编号 101646439

一个木制面具 - Kurumba - 布基纳法索 (没有保留价)
编号 101646439

一个木制面具 - Kurumba - 布基纳法索 (没有保留价)
A Kurumba, Antelope helmet mask, Burkina Faso, collected in the regionof Yatega, village Yako,, with cowrie shells partly pained with white kaolin.
The Kurumba antelope mask, often referred to by the local term adoné, is a striking example of West African ritual sculpture that blends aesthetic form with deep social and spiritual function. These masks are chiefly produced by Kurumba communities in northern Burkina Faso, particularly in the Yatenga region and surrounding villages such as Yako, where masking traditions have long been integral to local ceremonial life.
In formal terms, the adoné antelope mask is carved from wood and fashioned as an elongated animal head. Characteristic features include a tapered snout, slender neck, and prominent horns that rise from the upper cranium, creating a silhouette that conveys grace, alertness, and presence. The surfaces are often decorated with geometric patterns in ochre, white, red, and other natural pigments, linking visual rhythm to communal aesthetic norms.

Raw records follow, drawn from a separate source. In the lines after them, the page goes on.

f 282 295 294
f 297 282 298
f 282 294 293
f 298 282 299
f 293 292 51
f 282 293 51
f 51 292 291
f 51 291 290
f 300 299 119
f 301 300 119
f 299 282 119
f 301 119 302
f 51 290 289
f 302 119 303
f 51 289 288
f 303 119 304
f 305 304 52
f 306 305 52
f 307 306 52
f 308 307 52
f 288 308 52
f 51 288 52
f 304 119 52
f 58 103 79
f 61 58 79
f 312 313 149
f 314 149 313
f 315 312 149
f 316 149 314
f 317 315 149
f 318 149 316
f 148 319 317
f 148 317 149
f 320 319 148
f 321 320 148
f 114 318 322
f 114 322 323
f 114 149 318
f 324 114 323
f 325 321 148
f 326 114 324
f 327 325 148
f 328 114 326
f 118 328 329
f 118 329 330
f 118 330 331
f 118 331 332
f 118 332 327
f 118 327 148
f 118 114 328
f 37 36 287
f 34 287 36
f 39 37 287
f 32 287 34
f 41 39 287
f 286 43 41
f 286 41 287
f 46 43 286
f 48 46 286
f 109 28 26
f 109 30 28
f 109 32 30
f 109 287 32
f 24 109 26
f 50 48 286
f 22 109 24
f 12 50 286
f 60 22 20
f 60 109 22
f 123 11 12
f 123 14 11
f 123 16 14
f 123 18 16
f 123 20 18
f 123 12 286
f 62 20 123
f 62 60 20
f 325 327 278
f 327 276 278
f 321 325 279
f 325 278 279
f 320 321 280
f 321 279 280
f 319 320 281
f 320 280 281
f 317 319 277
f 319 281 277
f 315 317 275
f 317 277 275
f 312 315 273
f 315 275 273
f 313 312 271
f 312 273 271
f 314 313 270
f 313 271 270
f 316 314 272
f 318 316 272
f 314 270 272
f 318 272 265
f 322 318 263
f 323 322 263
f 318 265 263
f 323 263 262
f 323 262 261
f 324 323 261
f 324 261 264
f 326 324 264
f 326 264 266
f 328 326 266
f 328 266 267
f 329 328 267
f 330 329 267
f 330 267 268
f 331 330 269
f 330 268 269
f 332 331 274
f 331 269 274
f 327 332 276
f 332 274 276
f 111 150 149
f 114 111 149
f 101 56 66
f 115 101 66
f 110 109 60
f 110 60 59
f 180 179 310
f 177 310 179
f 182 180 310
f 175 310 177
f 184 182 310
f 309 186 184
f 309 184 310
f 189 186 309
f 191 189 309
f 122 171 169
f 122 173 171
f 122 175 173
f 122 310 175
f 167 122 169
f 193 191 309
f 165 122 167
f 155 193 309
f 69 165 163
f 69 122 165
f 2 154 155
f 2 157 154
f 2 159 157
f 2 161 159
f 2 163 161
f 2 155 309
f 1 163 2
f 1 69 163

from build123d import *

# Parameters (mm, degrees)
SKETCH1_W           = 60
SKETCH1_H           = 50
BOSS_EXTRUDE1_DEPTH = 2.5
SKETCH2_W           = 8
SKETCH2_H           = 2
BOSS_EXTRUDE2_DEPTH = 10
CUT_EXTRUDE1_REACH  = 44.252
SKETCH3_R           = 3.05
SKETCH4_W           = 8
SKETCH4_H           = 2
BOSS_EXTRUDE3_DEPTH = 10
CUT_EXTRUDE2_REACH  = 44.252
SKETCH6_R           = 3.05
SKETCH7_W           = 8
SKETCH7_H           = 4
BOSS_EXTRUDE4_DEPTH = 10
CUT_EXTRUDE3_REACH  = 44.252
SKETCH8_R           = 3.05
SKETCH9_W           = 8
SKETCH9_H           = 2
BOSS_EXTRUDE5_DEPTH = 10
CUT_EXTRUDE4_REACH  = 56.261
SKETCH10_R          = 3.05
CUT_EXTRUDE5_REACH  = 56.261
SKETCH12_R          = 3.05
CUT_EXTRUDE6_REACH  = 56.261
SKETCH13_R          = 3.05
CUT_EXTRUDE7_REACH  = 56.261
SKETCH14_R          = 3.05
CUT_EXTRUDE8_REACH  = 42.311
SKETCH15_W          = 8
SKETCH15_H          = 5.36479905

Functionally, the Kurumba antelope mask occupies multiple roles within annual ritual cycles. Masks are most commonly associated with funeral rites, where they accompany the bodies of elders to burial and serve as stand‑ins for those ancestors during commemorative performances. Following mourning periods, they are part of dry‑season celebrations and also appear at collective sacrifices staged just before the first rains, occasions that honor both the ancestors and the protective antelope spirit to which many Kurumba clans trace spiritual affinity.

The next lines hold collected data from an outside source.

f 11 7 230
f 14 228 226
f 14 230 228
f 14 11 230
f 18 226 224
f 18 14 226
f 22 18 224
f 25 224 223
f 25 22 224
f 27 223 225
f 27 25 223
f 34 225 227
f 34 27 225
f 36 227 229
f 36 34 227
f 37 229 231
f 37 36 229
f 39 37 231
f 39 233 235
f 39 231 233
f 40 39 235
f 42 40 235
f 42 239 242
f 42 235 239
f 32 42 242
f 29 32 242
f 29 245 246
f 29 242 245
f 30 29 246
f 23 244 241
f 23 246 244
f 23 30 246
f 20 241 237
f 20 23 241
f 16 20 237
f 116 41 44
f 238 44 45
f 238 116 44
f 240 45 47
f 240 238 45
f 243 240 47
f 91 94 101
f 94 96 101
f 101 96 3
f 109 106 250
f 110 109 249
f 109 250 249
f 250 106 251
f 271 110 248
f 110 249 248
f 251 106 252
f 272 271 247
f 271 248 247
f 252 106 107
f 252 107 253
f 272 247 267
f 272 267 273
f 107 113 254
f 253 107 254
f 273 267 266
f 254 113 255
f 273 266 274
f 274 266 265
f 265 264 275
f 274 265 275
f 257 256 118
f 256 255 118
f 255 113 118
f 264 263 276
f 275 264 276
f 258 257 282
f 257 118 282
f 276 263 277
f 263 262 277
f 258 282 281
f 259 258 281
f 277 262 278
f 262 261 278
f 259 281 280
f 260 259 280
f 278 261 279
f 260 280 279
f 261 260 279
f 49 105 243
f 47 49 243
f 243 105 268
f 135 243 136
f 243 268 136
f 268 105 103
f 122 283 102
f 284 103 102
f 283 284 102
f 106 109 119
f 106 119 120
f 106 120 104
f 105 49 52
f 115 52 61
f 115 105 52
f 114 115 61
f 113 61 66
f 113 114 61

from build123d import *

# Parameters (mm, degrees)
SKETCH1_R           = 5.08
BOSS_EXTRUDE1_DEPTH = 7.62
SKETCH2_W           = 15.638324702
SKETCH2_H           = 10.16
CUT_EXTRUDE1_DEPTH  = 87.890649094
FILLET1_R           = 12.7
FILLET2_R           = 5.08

Anthropologically, the mask’s importance lies in its liminal function. It is not merely decorative but acts as a vessel for ancestral presence and communal memory. During performances, dancers wear the mask as a crest atop their heads, often accompanied by raffia costume elements that obscure the human body and allow the mask’s presence to dominate visually. In this way, the antelope form becomes a living symbol, embodying both cosmological connections to founding myths — including tales in which antelopes play roles in protecting ancestors — and pragmatic concerns such as community cohesion and seasonal transformation.
The Kurumba tradition shares certain themes with other Sahelian and Mossi masking cultures, such as the emphasis on animal intermediaries and ritual procession, but its expression remains distinctive in its refinement of the antelope form and its close association with clan identity and ancestry.

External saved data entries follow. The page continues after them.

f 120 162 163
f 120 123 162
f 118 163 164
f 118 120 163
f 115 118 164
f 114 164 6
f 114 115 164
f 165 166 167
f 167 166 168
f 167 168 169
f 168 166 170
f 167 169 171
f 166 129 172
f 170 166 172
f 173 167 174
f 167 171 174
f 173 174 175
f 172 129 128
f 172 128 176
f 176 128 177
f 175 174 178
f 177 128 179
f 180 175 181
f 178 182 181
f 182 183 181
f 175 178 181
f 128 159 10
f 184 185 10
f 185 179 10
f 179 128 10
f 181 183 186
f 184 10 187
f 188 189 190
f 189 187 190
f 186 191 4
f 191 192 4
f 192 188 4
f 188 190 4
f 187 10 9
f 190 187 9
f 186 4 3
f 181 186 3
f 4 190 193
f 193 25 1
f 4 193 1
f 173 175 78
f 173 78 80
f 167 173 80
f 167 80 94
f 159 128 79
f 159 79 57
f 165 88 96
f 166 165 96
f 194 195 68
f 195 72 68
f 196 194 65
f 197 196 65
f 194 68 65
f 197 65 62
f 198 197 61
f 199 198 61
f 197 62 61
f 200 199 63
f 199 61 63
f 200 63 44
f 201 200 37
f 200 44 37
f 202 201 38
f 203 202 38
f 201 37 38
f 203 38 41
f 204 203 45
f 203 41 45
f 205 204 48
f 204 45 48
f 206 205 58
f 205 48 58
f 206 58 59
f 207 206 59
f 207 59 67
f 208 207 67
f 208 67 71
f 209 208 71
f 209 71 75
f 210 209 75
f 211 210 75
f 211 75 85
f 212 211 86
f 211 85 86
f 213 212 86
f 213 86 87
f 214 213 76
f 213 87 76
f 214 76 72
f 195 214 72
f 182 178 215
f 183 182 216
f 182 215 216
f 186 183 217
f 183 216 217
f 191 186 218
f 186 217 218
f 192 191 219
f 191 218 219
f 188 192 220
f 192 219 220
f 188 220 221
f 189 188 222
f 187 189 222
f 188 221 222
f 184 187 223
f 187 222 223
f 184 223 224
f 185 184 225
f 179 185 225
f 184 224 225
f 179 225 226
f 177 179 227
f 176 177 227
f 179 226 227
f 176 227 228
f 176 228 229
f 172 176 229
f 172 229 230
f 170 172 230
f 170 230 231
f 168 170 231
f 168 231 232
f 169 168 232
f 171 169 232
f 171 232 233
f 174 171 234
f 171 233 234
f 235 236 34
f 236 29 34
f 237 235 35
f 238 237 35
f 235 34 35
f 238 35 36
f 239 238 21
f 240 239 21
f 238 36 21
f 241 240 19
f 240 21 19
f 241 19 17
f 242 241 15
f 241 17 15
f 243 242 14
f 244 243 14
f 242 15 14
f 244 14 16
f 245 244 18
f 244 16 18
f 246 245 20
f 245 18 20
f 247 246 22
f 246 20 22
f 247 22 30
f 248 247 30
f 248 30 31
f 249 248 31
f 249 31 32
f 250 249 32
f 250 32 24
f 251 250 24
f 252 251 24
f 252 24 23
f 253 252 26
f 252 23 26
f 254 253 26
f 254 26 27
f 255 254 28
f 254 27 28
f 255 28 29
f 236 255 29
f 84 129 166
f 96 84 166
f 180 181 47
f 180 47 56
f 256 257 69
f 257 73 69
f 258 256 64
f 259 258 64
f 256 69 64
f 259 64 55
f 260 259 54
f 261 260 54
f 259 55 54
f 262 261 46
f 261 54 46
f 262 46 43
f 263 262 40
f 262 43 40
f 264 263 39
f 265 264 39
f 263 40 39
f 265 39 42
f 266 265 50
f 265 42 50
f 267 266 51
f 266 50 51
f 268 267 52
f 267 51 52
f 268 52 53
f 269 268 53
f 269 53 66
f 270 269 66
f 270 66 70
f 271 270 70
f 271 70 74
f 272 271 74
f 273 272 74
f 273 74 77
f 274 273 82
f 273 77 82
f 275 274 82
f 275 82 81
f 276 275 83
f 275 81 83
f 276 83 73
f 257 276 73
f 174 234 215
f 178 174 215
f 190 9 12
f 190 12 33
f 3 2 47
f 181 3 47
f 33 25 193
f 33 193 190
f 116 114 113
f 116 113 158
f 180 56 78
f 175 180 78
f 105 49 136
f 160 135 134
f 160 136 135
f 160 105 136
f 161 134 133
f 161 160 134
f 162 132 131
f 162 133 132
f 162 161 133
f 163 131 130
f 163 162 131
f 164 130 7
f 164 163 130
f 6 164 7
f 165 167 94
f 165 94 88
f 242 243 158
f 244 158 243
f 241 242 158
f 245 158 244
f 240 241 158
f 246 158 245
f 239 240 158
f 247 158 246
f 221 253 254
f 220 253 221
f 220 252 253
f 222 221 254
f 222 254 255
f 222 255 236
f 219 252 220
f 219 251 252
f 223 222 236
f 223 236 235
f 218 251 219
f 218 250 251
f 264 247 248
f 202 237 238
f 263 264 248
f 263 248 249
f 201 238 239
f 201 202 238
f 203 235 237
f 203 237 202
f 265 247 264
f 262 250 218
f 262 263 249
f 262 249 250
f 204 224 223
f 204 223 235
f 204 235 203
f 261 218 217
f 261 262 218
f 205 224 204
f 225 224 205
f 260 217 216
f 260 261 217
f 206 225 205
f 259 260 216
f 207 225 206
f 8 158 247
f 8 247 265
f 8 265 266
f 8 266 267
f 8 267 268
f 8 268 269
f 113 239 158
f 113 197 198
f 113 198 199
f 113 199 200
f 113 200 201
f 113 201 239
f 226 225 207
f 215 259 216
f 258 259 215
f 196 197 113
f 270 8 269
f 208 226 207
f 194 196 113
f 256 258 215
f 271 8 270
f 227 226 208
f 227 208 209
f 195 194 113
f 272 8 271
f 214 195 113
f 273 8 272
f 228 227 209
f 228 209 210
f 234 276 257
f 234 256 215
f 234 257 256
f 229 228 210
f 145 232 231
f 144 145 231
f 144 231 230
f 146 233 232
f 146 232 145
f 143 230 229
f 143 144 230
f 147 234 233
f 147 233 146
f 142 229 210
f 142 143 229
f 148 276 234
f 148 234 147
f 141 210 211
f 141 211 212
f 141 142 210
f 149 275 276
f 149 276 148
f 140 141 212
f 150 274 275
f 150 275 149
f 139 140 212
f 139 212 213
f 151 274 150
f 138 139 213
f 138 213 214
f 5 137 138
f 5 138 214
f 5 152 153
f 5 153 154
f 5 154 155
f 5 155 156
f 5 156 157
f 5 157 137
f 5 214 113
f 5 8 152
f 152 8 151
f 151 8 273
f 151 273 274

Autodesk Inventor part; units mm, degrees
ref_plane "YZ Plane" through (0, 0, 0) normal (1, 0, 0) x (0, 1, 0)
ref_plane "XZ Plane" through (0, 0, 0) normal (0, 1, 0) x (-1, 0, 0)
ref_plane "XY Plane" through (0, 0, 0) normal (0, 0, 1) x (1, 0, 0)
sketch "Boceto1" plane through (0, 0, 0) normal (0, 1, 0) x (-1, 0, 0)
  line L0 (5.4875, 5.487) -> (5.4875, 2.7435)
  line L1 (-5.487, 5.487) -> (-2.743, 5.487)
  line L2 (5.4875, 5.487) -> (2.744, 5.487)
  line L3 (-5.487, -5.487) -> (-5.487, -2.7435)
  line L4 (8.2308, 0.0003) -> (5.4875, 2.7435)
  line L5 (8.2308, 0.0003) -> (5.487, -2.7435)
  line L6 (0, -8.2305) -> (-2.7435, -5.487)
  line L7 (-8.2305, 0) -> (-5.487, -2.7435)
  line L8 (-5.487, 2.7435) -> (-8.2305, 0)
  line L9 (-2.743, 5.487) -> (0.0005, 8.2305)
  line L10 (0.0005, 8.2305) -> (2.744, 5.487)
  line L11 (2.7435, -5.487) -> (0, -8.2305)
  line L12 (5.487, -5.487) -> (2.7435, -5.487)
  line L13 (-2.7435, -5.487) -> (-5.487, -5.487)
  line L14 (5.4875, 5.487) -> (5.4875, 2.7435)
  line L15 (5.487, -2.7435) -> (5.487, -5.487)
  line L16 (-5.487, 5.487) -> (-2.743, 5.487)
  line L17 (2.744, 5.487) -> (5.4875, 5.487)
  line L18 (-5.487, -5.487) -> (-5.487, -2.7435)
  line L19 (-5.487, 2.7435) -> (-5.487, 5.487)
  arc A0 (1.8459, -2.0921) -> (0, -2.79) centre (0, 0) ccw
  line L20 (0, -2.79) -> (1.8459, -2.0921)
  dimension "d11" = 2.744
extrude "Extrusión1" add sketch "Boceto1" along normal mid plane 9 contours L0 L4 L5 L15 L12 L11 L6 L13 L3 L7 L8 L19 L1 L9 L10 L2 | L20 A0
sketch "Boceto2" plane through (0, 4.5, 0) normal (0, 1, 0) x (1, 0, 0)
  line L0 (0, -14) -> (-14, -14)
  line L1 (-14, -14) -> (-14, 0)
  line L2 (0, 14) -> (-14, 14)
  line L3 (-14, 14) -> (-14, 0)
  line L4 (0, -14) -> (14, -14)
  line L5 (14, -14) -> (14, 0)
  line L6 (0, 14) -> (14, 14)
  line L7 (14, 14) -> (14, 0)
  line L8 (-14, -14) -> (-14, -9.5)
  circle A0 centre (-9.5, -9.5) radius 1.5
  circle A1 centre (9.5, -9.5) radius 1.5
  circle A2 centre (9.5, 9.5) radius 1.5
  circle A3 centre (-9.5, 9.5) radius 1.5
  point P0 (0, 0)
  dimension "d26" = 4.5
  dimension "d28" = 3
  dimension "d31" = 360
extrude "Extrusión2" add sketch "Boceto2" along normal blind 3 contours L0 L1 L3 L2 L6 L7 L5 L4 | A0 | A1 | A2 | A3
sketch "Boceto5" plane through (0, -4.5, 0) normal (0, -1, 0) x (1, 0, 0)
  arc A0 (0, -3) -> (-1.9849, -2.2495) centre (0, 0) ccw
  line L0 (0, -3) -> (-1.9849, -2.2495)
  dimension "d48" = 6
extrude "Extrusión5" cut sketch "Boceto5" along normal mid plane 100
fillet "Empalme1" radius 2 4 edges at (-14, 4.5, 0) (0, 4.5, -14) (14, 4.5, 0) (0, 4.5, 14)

For deeper academic engagement, foundational studies on Kurumba masking and related West African masquerade include:
Thompson, Robert Farris. Flash of the Spirit: African and Afro‑American Art and Philosophy. New York: Vintage, 1984 — for comparative theoretical context.
Drewal, Henry John, and John Pemberton, eds. Sacred Arts of Haitian Vodou. Los Angeles: UCLA Fowler Museum, 1995 — not about Kurumba per se, but helpful for understanding the dynamics of mask ritual in related West African systems.
Roy, Christopher. African Masks: The Art of Disguise. New York: Thames & Hudson, 1986 — includes discussion of antelope mask forms in Burkina Faso and surrounding regions.
Together these works provide contextual frameworks for understanding how adoné and similar masks operate as embodied cultural agents rather than as static objects of visual appreciation.